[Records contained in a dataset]
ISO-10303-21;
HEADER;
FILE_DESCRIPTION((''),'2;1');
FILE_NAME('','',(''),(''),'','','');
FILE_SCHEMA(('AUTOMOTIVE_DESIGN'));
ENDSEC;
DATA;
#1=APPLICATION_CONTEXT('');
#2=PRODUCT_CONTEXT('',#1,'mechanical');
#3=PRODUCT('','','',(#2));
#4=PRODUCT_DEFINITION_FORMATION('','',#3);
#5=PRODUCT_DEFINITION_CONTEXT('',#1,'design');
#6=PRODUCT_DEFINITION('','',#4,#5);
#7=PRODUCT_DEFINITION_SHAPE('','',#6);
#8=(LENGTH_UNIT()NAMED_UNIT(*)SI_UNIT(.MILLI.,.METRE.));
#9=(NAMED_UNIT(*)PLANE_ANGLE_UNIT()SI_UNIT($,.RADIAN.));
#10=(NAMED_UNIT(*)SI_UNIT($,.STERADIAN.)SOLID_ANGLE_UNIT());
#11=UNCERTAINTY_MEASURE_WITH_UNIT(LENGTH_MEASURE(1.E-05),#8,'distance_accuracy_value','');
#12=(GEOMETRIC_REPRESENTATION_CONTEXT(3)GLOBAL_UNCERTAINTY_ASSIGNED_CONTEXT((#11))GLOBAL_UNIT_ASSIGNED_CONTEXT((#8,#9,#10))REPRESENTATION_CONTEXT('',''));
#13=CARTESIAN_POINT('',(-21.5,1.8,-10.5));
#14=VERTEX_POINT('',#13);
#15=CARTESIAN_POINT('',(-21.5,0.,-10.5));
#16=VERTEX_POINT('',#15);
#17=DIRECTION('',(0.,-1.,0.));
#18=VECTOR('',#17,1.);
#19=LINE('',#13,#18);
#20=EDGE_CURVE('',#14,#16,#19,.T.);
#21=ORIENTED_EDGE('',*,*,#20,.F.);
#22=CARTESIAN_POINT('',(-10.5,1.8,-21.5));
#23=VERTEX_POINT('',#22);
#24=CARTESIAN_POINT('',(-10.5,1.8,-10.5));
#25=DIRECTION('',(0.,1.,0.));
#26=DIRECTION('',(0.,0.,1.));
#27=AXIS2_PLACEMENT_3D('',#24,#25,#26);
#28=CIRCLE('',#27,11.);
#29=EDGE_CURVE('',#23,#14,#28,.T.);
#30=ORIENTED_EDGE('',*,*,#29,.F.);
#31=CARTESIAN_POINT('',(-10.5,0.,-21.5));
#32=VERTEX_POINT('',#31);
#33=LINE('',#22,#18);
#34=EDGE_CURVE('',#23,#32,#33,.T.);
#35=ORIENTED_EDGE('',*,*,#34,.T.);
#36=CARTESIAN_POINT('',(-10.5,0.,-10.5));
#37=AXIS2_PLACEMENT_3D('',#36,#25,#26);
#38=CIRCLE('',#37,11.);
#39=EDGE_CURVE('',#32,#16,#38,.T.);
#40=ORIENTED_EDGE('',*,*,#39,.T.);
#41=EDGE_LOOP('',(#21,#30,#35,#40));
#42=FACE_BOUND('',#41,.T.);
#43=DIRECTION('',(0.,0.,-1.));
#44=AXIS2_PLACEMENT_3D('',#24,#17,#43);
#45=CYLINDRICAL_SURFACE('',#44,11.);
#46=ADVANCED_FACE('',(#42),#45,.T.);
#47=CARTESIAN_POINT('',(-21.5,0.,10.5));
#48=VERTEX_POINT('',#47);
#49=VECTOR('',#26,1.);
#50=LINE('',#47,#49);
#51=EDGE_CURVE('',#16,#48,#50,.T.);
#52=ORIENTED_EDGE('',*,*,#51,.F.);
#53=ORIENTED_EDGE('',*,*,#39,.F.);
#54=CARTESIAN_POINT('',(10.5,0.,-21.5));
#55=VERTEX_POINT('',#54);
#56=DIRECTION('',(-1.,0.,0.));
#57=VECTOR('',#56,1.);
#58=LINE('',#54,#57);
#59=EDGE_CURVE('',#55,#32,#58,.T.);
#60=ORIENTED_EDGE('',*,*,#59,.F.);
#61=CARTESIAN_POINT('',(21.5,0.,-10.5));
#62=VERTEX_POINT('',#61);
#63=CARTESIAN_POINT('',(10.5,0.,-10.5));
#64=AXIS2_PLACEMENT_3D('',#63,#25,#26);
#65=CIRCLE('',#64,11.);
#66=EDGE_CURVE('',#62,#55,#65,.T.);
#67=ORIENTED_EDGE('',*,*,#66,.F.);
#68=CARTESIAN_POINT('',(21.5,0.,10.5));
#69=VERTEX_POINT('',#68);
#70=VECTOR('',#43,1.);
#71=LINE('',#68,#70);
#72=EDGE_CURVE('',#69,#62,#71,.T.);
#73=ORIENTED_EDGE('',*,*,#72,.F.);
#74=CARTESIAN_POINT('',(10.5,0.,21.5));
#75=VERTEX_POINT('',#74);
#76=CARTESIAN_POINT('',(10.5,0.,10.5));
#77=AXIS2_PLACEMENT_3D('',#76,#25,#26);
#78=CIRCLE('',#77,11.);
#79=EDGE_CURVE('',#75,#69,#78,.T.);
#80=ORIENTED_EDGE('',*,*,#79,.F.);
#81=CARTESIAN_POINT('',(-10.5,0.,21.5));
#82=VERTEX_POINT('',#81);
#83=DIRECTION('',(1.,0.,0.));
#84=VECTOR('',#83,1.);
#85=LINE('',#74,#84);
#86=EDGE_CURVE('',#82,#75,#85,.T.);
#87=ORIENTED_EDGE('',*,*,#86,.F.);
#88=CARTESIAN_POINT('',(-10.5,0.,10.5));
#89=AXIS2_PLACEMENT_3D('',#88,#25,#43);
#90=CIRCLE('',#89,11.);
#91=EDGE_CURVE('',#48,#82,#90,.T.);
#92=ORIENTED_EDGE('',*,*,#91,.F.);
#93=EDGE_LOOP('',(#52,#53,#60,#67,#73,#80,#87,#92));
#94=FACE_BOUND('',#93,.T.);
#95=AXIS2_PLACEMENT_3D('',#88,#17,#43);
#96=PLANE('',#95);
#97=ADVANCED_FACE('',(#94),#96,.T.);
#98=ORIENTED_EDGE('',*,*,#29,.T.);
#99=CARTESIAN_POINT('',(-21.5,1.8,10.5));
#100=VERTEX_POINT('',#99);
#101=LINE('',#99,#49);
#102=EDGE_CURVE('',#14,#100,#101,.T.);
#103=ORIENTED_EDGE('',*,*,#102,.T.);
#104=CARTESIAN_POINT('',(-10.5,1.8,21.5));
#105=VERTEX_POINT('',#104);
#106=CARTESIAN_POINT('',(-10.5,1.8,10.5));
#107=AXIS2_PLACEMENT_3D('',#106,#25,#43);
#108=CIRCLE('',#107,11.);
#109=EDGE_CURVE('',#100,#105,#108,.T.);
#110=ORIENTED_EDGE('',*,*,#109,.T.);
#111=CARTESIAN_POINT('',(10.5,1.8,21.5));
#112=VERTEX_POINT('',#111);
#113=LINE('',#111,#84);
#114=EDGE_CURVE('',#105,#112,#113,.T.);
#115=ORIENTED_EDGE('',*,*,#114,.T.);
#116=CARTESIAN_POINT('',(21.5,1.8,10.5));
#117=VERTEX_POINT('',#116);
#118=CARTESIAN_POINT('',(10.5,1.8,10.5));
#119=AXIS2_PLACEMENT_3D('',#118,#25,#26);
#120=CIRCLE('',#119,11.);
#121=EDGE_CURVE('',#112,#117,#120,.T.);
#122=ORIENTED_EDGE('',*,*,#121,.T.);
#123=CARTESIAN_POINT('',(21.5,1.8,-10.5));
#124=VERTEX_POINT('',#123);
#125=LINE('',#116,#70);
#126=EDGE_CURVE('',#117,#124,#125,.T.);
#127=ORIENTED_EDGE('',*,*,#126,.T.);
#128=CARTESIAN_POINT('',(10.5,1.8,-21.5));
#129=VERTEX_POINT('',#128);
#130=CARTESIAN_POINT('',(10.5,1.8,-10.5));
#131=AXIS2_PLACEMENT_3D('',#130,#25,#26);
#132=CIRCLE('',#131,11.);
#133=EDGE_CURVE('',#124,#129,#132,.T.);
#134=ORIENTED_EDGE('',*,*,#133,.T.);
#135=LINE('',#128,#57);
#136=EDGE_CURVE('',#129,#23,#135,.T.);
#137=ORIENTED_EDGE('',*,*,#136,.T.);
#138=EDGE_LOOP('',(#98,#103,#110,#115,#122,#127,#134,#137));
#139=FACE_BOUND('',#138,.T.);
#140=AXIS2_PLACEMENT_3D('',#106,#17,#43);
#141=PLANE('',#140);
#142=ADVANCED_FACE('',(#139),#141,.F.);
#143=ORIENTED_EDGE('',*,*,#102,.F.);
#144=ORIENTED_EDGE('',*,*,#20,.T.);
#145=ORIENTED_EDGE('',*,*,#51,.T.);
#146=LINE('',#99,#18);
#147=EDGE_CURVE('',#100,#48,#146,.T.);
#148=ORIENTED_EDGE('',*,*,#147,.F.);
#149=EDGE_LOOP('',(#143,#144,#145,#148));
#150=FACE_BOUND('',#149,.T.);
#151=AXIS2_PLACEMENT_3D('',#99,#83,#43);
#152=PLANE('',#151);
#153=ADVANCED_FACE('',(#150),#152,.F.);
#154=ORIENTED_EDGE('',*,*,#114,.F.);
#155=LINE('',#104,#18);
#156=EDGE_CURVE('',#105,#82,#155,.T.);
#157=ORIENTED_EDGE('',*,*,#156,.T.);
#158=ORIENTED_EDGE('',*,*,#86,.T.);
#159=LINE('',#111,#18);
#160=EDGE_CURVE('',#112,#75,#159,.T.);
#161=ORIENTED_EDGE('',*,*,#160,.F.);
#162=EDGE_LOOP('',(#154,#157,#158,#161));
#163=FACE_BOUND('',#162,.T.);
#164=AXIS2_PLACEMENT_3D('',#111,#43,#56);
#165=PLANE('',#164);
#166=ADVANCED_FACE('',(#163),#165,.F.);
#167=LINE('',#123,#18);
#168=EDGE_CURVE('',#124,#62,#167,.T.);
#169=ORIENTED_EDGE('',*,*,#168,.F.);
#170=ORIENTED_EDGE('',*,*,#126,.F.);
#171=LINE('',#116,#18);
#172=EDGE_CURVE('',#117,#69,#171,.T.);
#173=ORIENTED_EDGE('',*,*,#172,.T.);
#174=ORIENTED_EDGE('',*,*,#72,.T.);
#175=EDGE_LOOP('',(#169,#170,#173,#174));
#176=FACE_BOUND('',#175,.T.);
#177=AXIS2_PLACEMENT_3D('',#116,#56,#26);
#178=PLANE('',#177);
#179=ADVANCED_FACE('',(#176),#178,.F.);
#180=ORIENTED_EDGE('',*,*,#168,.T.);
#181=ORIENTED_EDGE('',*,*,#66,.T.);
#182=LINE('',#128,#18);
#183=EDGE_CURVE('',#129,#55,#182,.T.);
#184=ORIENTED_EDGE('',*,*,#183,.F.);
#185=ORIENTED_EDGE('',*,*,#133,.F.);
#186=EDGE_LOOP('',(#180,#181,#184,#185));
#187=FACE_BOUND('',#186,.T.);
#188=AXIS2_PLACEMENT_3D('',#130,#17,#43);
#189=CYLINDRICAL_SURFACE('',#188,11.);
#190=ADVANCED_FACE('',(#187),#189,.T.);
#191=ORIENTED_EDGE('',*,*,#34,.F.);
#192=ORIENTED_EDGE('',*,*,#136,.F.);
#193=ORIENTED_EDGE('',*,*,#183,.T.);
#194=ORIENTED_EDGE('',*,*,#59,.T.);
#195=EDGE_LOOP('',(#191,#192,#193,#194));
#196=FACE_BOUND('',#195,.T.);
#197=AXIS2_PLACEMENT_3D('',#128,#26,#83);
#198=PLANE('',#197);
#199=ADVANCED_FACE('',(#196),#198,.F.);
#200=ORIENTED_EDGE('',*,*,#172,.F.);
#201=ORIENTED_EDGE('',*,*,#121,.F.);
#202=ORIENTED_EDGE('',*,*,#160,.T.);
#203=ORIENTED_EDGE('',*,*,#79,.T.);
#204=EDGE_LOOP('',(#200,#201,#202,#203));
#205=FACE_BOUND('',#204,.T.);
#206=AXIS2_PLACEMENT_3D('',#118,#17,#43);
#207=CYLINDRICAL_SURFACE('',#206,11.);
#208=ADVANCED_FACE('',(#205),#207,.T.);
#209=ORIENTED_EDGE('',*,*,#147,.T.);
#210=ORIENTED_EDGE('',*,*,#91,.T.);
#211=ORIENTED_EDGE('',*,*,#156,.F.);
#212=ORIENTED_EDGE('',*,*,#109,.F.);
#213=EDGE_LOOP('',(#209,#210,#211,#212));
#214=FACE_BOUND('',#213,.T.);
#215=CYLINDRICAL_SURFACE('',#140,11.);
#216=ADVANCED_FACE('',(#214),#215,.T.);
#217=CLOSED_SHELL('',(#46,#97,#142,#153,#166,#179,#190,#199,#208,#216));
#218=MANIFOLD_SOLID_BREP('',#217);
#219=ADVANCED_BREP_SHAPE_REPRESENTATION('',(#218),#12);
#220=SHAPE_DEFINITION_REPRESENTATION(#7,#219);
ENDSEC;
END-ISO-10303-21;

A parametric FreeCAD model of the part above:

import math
import FreeCAD as App
import Part
import Sketcher
Q = App.Units.Quantity

doc = App.newDocument("Part")
body = doc.addObject("PartDesign::Body", "Body")

# Sketch on XZ plane
sketch1 = body.newObject("Sketcher::SketchObject", "Sketch")
sketch1.AttachmentSupport = (doc.getObject("XZ_Plane"), [""])
sketch1.MapMode = "FlatFace"
sketch1.addGeometry([
    Part.LineSegment(App.Vector(-10, 22, 0), App.Vector(10, 22, 0)),  # 0
    Part.ArcOfCircle(Part.Circle(App.Vector(10, 10, 0), App.Vector(0, 0, 1), 11), math.radians(0), math.radians(90)),  # 1
    Part.LineSegment(App.Vector(22, 10, 0), App.Vector(22, -10, 0)),  # 2
    Part.ArcOfCircle(Part.Circle(App.Vector(10, -10, 0), App.Vector(0, 0, 1), 11), math.radians(-90), math.radians(0)),  # 3
    Part.LineSegment(App.Vector(10, -22, 0), App.Vector(-10, -22, 0)),  # 4
    Part.ArcOfCircle(Part.Circle(App.Vector(-10, -10, 0), App.Vector(0, 0, 1), 11), math.radians(180), math.radians(270)),  # 5
    Part.LineSegment(App.Vector(-22, -10, 0), App.Vector(-22, 10, 0)),  # 6
    Part.ArcOfCircle(Part.Circle(App.Vector(-10, 10, 0), App.Vector(0, 0, 1), 11), math.radians(90), math.radians(180)),  # 7
], False)
sketch1.addConstraint([
    Sketcher.Constraint("Tangent", 0, 2, 1, 2),
    Sketcher.Constraint("Tangent", 1, 1, 2, 1),
    Sketcher.Constraint("Tangent", 2, 2, 3, 2),
    Sketcher.Constraint("Tangent", 3, 1, 4, 1),
    Sketcher.Constraint("Tangent", 4, 2, 5, 2),
    Sketcher.Constraint("Tangent", 5, 1, 6, 1),
    Sketcher.Constraint("Tangent", 6, 2, 7, 2),
    Sketcher.Constraint("Tangent", 7, 1, 0, 1),
    Sketcher.Constraint("Horizontal", 0),
    Sketcher.Constraint("Vertical", 2),
    Sketcher.Constraint("Horizontal", 4),
    Sketcher.Constraint("Vertical", 6),
    Sketcher.Constraint("Equal", 1, 3),
    Sketcher.Constraint("Equal", 3, 5),
    Sketcher.Constraint("Equal", 5, 7),
    Sketcher.Constraint("Symmetric", 1, 3, 5, 3, -1, 1),
    Sketcher.Constraint("Equal", 4, 2),
    Sketcher.Constraint("Radius", 1, Q("11 mm")),
    Sketcher.Constraint("DistanceX", 0, 1, 0, 2, Q("21 mm")),
])
pad1 = body.newObject("PartDesign::Pad", "Pad")
pad1.Profile = sketch1
pad1.Length = 1.8
pad1.Reversed = True

doc.recompute()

» **WORK REQUIRED**
Of the entries above, transcribe exactly those lines that fall between the line containing "#183=EDGE_CURVE('',#129,#55,#182,.T.);" and the line containing "#193=ORIENTED_EDGE('',*,*,#183,.T.);", together with those two lines.

» **OUTPUT FOR THIS TASK**
#183=EDGE_CURVE('',#129,#55,#182,.T.);
#184=ORIENTED_EDGE('',*,*,#183,.F.);
#185=ORIENTED_EDGE('',*,*,#133,.F.);
#186=EDGE_LOOP('',(#180,#181,#184,#185));
#187=FACE_BOUND('',#186,.T.);
#188=AXIS2_PLACEMENT_3D('',#130,#17,#43);
#189=CYLINDRICAL_SURFACE('',#188,11.);
#190=ADVANCED_FACE('',(#187),#189,.T.);
#191=ORIENTED_EDGE('',*,*,#34,.F.);
#192=ORIENTED_EDGE('',*,*,#136,.F.);
#193=ORIENTED_EDGE('',*,*,#183,.T.);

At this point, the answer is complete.